From: Bob Ball mailto:bob.b...@citrix.com>>
Date: Thursday, December 11, 2014 4:39 AM
To: dhanesh1212121212 mailto:dhanesh1...@gmail.com>>, 
"openstack@lists.openstack.org" 
mailto:openstack@lists.openstack.org>>
Subject: Re: [Openstack] Is it possible to use Xenserver with two virtual 
machines as Compute Node and Network node to set up openstack + neutron network?

Hi Dhanesh,

Yes, this should be possible – there is no additional coupling between the 
compute node and the network node when running with XenServer and as such they 
can easily be running as two separate virtual machines.

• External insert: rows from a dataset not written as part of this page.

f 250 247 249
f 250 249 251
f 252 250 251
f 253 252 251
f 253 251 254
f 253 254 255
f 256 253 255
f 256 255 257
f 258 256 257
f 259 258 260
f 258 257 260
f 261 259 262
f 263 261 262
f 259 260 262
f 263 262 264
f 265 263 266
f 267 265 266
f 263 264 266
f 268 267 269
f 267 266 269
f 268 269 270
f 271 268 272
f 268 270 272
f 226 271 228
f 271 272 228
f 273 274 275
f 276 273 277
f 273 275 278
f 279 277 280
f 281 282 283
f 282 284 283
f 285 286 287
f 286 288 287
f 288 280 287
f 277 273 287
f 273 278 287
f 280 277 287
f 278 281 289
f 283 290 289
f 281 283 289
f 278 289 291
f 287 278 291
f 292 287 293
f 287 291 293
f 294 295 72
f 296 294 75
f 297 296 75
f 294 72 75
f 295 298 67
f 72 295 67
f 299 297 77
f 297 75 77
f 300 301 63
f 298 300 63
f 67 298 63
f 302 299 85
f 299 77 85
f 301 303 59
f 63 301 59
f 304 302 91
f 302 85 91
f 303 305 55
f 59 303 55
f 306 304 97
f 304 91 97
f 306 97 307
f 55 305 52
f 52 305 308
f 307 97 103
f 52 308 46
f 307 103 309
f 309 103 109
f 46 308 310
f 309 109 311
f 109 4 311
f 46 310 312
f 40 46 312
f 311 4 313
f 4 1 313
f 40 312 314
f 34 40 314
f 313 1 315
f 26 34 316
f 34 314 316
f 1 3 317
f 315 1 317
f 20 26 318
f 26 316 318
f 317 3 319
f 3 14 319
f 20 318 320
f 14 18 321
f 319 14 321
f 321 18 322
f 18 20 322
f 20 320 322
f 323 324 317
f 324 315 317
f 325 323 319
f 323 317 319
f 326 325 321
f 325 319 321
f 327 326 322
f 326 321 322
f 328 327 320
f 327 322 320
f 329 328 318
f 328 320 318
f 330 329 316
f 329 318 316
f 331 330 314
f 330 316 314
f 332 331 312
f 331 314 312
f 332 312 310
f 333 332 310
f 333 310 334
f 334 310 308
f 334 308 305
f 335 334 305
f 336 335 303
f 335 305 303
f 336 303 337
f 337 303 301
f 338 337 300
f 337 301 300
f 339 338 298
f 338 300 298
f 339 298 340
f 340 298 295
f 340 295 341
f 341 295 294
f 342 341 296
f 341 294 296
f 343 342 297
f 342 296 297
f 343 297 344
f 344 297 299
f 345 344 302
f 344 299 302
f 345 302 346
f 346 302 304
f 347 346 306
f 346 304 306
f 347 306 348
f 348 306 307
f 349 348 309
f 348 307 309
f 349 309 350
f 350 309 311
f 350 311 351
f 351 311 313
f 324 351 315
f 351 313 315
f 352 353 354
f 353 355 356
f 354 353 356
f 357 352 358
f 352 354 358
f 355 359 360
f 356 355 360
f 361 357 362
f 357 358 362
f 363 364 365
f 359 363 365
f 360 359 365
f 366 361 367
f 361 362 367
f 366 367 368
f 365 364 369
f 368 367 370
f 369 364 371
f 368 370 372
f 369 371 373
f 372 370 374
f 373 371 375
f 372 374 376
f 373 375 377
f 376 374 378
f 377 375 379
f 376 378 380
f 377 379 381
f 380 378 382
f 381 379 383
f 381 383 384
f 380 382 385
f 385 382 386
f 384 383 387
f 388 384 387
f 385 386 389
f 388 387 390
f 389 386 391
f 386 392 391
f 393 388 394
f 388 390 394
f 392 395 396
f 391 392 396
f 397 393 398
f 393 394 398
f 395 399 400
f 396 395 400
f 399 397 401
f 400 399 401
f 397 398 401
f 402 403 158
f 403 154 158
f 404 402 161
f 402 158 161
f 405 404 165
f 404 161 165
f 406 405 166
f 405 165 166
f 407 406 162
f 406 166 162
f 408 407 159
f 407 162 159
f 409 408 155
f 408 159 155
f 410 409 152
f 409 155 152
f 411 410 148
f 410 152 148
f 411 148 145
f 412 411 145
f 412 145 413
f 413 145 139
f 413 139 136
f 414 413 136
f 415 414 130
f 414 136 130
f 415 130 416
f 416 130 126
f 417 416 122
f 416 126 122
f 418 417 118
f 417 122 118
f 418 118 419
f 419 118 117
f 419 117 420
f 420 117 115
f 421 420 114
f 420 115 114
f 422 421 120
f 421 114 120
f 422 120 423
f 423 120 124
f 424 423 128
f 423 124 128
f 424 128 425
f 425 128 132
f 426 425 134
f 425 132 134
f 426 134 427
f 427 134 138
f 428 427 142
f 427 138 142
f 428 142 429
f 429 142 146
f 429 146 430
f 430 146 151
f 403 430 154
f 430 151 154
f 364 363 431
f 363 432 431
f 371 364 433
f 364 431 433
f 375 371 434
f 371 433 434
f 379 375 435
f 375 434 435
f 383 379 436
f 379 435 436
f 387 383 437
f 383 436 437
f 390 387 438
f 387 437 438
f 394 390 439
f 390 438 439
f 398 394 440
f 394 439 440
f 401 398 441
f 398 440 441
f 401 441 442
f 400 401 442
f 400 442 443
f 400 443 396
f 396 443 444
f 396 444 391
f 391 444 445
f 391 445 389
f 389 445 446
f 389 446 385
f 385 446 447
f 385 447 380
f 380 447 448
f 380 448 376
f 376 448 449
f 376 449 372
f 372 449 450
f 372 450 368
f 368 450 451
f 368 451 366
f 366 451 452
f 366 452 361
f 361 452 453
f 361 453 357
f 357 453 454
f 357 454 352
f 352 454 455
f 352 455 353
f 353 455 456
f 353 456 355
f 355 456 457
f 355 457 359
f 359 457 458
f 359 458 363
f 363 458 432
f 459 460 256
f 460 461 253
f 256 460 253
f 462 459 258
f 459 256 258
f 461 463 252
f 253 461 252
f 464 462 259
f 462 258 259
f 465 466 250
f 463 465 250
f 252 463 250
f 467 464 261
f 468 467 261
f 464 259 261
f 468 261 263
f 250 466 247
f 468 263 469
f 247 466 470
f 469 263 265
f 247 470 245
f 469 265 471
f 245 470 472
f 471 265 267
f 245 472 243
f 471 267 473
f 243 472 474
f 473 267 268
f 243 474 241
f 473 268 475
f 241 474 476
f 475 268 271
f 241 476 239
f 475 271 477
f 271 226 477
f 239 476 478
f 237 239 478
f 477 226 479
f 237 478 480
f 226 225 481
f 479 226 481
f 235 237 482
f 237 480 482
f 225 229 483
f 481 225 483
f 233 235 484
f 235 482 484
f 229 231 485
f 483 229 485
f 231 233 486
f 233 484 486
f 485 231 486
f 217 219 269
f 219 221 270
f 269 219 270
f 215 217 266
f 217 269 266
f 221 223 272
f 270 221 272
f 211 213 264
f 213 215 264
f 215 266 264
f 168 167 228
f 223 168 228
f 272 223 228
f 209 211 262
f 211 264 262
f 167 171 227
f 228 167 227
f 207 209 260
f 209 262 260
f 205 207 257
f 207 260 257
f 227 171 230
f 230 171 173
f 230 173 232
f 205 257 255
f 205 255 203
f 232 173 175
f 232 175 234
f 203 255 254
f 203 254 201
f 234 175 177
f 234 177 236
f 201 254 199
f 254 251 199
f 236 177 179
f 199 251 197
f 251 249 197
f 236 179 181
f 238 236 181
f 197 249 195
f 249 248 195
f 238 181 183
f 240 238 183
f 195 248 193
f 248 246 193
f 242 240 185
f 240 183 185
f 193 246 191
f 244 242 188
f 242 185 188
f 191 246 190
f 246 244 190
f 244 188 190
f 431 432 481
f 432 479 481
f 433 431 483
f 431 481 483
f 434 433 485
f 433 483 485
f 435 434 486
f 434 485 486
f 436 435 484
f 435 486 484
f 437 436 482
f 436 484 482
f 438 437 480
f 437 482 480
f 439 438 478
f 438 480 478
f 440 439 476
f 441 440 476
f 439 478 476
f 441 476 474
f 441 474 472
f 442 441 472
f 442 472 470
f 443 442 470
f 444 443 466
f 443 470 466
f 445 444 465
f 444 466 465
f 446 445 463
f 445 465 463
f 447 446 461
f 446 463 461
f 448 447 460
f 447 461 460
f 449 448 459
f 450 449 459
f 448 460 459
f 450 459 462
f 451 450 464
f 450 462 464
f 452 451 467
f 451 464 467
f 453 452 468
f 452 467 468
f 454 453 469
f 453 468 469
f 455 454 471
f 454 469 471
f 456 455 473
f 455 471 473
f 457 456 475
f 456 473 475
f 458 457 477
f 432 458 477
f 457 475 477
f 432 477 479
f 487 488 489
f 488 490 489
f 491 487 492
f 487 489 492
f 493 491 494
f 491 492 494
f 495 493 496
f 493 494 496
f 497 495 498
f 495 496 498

In terms of the setup, you might want to look at 
http://blogs.citrix.com/2013/06/14/openstack-networking-quantum-on-xenserver-from-notworking-to-networking/
 which has a useful deployment diagram and should help explain what can be 
separated in which way.

Bob

From: dhanesh1212121212 [mailto:dhanesh1...@gmail.com]
Sent: 11 December 2014 08:07
To: openstack@lists.openstack.org
Subject: [Openstack] Is it possible to use Xenserver with two virtual machines 
as Compute Node and Network node to set up openstack + neutron network?

Hi All,


Is it possible to use Xenserver with  two virtual machines as Compute Node and 
Network node?
Will it effect the performance? or the set up in any ways?



Regards,
Dhanesh M.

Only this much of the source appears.